** Study material follows **

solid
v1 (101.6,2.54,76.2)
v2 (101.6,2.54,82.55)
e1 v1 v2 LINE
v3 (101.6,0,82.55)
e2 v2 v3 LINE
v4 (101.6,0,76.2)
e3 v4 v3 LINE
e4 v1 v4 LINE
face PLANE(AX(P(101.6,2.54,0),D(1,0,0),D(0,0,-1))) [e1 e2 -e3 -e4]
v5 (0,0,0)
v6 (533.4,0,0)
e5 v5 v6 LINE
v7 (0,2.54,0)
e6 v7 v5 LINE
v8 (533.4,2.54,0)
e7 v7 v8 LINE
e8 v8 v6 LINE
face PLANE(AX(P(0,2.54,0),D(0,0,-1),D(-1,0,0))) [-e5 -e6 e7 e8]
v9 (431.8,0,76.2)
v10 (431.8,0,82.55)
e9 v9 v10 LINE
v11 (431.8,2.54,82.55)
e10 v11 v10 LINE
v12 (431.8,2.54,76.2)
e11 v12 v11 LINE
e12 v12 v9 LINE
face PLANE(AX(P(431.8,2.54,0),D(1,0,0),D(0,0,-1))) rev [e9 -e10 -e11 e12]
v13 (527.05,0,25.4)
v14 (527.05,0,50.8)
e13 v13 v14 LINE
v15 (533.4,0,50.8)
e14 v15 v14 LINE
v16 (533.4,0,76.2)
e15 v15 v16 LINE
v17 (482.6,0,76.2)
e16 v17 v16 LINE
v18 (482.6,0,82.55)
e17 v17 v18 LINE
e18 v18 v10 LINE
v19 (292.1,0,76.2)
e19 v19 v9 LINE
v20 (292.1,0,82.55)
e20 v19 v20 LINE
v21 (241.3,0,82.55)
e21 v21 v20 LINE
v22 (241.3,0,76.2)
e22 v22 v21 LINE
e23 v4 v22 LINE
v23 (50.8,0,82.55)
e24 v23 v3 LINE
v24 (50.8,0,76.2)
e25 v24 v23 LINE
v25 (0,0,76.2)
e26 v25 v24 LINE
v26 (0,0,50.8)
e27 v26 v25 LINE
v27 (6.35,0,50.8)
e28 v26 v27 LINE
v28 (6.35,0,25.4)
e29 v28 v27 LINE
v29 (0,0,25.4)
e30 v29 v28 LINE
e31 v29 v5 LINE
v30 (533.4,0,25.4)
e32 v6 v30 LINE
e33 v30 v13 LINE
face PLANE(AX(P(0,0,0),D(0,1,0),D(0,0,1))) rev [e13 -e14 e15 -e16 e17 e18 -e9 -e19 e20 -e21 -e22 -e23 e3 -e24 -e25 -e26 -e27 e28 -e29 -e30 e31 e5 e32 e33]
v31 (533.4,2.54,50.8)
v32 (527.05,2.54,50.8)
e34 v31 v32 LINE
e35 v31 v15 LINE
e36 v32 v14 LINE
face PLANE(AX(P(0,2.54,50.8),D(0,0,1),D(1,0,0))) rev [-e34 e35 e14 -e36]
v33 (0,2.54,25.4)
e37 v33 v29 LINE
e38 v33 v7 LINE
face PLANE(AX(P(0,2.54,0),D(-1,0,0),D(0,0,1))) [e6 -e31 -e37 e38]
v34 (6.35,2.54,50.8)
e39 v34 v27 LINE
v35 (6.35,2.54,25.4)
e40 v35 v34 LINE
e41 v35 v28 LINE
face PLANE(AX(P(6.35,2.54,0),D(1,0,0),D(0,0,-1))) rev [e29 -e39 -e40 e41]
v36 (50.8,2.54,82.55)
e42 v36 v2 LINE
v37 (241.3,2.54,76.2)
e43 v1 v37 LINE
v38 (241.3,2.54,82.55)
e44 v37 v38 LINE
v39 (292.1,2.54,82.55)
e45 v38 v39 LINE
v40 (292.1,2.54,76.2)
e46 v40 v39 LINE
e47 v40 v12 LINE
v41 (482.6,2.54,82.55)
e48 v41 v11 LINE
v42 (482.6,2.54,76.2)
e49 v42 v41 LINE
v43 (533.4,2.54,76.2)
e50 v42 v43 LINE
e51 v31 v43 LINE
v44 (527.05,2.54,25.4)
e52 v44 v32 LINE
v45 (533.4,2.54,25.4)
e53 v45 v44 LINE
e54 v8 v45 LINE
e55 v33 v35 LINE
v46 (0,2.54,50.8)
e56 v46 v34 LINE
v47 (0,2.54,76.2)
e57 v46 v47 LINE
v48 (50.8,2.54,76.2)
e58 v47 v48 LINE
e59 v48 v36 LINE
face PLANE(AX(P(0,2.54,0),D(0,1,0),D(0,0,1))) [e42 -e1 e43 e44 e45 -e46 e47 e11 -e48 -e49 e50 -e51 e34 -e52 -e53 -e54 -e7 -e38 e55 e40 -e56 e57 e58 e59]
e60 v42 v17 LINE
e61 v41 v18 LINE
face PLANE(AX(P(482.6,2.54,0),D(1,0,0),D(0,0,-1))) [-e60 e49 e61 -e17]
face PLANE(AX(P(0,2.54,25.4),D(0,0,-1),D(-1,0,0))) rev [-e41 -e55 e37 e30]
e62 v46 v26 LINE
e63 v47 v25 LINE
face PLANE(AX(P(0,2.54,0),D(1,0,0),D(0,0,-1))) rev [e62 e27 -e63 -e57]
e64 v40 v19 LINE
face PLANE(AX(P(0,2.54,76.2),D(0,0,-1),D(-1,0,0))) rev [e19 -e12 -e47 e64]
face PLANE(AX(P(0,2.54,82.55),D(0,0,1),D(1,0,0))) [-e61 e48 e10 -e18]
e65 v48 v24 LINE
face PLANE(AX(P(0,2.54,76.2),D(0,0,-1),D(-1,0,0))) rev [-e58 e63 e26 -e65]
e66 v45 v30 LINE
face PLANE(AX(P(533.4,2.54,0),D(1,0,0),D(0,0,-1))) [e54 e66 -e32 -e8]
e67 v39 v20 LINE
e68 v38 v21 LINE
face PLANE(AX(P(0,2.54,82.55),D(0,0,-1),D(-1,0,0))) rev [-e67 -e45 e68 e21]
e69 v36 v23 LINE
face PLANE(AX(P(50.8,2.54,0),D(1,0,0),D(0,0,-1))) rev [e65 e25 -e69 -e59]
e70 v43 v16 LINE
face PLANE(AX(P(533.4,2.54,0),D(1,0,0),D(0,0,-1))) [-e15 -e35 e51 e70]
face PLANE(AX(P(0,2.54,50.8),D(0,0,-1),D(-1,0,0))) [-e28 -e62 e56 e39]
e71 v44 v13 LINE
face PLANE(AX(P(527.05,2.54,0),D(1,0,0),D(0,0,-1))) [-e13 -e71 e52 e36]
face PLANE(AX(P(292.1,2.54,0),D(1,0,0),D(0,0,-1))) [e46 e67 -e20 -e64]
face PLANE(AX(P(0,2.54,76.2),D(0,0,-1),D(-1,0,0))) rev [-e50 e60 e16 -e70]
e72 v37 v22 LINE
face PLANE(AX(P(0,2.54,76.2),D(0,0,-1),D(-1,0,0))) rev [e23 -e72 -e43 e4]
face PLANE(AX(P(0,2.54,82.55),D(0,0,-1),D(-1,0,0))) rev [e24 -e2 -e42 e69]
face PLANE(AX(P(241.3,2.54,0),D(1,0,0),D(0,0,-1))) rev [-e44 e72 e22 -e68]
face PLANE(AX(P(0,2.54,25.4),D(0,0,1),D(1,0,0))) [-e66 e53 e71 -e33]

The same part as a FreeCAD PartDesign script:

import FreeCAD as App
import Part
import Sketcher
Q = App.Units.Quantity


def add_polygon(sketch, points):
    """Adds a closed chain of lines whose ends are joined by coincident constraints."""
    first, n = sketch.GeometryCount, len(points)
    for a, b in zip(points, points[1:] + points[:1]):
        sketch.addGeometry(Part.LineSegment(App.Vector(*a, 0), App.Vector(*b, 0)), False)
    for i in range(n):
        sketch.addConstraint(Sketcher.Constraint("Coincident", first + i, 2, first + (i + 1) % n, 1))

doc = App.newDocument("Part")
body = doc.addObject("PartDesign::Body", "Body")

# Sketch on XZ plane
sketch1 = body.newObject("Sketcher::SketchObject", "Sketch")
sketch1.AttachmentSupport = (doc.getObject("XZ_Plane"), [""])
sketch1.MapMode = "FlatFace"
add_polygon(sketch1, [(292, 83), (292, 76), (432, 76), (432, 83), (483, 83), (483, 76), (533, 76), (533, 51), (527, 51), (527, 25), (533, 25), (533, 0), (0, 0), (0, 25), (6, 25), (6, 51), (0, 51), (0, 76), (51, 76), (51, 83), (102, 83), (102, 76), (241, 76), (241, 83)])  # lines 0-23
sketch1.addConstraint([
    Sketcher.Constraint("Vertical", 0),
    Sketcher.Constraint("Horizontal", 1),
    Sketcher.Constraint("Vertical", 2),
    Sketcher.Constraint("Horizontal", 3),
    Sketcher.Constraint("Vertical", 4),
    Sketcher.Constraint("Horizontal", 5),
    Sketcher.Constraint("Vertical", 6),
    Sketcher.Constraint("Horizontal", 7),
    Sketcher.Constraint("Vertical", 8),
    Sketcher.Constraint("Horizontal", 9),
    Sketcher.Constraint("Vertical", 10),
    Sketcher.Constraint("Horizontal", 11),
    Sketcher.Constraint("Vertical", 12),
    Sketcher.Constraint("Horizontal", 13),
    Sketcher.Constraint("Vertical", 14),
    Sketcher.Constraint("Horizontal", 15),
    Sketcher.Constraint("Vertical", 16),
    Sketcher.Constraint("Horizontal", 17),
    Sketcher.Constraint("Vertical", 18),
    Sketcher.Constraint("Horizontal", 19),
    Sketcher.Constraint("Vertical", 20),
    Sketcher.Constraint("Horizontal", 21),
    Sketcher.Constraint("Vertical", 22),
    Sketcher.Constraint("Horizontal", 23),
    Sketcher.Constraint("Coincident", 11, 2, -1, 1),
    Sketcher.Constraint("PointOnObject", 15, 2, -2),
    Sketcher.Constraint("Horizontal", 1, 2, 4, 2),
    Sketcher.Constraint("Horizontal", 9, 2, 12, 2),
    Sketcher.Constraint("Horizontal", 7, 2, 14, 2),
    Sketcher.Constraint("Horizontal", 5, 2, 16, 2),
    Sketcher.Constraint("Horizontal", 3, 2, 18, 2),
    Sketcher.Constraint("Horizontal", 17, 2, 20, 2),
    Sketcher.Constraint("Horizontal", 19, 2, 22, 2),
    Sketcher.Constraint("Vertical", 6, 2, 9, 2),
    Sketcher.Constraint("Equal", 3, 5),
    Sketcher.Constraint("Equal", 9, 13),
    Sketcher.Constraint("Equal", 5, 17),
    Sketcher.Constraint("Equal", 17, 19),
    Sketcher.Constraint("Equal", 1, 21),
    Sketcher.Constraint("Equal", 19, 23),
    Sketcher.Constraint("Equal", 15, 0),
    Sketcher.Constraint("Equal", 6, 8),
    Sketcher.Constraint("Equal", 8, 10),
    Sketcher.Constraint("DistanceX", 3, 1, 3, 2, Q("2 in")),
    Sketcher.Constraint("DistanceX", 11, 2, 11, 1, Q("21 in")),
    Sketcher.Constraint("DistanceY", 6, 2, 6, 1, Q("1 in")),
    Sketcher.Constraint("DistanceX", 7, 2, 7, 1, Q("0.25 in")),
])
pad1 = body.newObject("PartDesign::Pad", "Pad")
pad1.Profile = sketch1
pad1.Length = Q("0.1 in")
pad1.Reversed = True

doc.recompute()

** End of Study material **
** Study material follows **

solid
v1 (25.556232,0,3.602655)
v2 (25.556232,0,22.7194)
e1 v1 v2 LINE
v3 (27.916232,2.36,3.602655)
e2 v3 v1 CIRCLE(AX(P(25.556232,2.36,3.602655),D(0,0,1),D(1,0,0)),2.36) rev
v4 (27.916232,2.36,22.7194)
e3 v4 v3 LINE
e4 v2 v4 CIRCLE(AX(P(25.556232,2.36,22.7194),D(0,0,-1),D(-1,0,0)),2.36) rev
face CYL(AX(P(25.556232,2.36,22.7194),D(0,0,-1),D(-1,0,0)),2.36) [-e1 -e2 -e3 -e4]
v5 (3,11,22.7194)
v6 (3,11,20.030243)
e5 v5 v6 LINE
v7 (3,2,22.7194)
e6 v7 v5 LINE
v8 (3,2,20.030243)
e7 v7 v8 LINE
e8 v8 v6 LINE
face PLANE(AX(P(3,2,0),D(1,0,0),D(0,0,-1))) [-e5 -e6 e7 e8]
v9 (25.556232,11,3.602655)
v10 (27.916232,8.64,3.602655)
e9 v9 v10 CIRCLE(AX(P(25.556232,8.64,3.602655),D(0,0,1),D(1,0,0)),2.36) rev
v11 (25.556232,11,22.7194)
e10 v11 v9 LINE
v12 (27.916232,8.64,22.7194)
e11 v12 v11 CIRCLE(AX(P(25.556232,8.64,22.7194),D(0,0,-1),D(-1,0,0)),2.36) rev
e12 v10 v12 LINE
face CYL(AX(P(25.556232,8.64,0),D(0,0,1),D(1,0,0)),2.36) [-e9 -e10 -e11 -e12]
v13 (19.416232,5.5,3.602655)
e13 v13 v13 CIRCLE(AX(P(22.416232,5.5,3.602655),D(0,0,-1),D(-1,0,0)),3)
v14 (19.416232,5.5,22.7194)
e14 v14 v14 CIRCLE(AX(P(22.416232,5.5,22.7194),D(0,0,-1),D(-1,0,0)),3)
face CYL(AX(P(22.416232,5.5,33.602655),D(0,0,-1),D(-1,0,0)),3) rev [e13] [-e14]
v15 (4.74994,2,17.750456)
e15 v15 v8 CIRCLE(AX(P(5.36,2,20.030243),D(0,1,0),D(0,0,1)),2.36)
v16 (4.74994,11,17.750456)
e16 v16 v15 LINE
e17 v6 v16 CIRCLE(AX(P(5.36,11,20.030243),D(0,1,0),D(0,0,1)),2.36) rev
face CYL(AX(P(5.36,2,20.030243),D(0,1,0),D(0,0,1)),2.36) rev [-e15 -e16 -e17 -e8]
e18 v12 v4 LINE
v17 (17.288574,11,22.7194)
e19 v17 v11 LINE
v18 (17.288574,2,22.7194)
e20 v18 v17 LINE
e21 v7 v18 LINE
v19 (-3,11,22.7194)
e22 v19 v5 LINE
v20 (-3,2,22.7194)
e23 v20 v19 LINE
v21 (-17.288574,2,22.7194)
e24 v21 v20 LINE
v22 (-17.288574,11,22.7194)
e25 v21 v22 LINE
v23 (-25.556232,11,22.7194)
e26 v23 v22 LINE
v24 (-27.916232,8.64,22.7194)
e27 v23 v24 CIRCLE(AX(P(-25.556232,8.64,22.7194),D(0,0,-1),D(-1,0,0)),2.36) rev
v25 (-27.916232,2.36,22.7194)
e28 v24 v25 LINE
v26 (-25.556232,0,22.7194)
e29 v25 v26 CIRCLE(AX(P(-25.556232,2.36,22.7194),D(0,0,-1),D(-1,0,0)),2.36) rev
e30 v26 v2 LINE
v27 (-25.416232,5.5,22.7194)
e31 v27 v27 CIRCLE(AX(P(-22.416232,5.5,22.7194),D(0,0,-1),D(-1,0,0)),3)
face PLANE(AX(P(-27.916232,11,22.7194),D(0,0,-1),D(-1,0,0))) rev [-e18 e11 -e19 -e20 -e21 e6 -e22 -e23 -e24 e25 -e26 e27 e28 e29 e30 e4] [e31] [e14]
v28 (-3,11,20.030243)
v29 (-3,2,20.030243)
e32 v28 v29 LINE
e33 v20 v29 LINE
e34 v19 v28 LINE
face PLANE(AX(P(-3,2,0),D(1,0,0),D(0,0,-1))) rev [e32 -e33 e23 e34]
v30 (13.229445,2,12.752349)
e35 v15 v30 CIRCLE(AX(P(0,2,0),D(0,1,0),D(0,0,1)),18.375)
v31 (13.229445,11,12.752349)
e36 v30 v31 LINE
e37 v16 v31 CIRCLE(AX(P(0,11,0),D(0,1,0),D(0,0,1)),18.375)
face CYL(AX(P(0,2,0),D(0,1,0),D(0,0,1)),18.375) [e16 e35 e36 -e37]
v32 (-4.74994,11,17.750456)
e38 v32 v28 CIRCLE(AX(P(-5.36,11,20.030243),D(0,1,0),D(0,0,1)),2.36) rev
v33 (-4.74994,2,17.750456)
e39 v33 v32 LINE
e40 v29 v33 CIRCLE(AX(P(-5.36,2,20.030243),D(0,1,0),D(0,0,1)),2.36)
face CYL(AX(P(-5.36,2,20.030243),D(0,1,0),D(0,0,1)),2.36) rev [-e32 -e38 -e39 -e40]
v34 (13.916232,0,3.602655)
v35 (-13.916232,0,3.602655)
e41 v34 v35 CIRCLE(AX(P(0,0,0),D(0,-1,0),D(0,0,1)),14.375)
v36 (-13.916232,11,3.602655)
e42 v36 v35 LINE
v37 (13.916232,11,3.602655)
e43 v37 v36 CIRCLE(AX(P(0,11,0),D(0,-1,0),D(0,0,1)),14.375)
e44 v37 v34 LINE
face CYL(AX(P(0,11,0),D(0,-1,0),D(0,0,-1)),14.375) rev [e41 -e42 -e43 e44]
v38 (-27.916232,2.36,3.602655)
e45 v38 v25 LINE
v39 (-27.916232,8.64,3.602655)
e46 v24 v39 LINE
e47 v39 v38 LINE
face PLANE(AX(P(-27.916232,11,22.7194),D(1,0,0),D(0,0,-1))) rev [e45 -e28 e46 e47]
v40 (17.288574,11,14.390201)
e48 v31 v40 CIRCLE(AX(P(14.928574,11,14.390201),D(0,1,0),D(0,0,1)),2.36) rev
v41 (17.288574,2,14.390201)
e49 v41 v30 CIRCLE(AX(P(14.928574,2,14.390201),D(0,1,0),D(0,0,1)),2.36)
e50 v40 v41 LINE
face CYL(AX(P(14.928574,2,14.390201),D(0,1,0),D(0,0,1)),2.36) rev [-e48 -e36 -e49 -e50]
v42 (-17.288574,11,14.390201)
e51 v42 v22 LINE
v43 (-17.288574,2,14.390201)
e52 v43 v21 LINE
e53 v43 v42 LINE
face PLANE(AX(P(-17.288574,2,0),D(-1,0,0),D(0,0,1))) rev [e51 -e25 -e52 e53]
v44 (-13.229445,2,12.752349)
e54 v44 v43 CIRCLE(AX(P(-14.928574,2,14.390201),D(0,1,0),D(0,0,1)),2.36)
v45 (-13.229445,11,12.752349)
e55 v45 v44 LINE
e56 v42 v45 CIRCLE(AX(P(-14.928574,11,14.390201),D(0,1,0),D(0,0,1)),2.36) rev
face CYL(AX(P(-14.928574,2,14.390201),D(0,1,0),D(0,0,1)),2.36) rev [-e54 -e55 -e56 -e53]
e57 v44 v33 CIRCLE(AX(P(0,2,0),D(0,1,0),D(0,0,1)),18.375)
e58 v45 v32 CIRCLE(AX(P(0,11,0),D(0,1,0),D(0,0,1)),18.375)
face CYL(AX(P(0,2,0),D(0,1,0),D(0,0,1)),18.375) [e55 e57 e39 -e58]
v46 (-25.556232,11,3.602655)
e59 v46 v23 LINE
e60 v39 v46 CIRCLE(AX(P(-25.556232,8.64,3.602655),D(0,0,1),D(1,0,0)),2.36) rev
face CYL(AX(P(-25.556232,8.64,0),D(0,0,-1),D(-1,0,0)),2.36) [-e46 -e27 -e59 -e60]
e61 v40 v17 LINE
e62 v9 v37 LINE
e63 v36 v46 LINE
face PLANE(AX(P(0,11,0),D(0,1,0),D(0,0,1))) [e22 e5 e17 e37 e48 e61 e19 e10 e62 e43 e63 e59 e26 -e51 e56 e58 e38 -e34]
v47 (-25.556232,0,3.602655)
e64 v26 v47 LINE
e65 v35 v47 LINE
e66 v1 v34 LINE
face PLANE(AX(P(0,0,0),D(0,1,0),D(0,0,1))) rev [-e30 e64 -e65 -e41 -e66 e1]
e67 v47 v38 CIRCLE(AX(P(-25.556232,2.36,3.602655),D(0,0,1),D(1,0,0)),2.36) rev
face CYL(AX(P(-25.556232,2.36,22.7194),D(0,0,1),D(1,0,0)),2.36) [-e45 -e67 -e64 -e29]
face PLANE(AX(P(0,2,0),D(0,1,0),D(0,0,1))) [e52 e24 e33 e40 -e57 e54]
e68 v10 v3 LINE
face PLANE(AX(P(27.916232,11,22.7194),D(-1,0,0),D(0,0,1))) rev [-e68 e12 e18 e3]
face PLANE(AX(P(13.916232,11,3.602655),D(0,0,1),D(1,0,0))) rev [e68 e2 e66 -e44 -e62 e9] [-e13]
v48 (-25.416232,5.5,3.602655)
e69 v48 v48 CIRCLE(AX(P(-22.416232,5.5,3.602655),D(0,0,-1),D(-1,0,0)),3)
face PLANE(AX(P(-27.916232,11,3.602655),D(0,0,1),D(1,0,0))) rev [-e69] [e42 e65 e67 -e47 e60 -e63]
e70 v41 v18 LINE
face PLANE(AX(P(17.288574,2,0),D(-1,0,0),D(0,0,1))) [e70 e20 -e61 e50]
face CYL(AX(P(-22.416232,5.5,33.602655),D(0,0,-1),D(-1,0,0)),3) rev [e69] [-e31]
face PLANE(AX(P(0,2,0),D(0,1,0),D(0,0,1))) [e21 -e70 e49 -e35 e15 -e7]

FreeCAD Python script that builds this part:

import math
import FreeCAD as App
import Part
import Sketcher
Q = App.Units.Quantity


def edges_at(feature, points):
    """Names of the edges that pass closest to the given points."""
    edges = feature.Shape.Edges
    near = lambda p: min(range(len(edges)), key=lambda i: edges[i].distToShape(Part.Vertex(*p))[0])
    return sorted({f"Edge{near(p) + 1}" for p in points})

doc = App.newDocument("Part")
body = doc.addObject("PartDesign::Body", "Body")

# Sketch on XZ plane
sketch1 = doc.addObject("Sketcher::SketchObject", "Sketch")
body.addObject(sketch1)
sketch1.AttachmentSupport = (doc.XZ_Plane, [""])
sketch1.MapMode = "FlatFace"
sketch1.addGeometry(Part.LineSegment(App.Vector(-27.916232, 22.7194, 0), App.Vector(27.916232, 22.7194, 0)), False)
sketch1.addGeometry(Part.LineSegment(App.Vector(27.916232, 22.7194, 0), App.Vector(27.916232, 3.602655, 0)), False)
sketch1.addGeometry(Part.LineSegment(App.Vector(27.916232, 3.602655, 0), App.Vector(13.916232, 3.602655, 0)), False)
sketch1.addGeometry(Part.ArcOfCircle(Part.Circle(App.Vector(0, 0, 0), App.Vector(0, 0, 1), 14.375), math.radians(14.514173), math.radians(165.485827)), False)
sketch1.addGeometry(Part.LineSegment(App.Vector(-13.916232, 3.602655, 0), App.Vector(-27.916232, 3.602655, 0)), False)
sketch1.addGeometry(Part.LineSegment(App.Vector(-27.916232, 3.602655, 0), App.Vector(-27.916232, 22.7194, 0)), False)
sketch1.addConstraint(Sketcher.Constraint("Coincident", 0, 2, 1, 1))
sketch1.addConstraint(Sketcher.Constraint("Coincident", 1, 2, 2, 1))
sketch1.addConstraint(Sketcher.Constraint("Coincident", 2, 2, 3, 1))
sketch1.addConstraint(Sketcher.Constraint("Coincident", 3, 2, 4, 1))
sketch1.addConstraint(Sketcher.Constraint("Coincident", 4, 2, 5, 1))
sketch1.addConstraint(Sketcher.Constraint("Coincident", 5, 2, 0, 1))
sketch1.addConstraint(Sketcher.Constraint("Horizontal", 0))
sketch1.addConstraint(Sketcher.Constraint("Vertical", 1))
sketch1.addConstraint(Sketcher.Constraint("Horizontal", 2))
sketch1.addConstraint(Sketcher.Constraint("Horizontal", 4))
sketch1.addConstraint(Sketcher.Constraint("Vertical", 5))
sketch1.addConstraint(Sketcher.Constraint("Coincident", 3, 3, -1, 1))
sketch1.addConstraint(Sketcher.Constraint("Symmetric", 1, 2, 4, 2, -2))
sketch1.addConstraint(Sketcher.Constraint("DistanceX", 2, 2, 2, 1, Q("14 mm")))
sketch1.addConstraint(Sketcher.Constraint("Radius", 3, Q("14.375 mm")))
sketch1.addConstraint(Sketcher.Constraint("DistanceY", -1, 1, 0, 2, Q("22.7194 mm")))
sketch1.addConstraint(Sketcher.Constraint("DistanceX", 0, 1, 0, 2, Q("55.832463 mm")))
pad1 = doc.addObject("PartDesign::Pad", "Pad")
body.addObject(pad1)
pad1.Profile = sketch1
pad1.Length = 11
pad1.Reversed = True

** End of Study material **

## What is expected
Among the entries above, find the line with "rev [e13] [-e14]" and the line with "v24 (-27.916232,8.64,22.7194)"; give again exactly these two lines and all lines between them.

## Task output
face CYL(AX(P(22.416232,5.5,33.602655),D(0,0,-1),D(-1,0,0)),3) rev [e13] [-e14]
v15 (4.74994,2,17.750456)
e15 v15 v8 CIRCLE(AX(P(5.36,2,20.030243),D(0,1,0),D(0,0,1)),2.36)
v16 (4.74994,11,17.750456)
e16 v16 v15 LINE
e17 v6 v16 CIRCLE(AX(P(5.36,11,20.030243),D(0,1,0),D(0,0,1)),2.36) rev
face CYL(AX(P(5.36,2,20.030243),D(0,1,0),D(0,0,1)),2.36) rev [-e15 -e16 -e17 -e8]
e18 v12 v4 LINE
v17 (17.288574,11,22.7194)
e19 v17 v11 LINE
v18 (17.288574,2,22.7194)
e20 v18 v17 LINE
e21 v7 v18 LINE
v19 (-3,11,22.7194)
e22 v19 v5 LINE
v20 (-3,2,22.7194)
e23 v20 v19 LINE
v21 (-17.288574,2,22.7194)
e24 v21 v20 LINE
v22 (-17.288574,11,22.7194)
e25 v21 v22 LINE
v23 (-25.556232,11,22.7194)
e26 v23 v22 LINE
v24 (-27.916232,8.64,22.7194)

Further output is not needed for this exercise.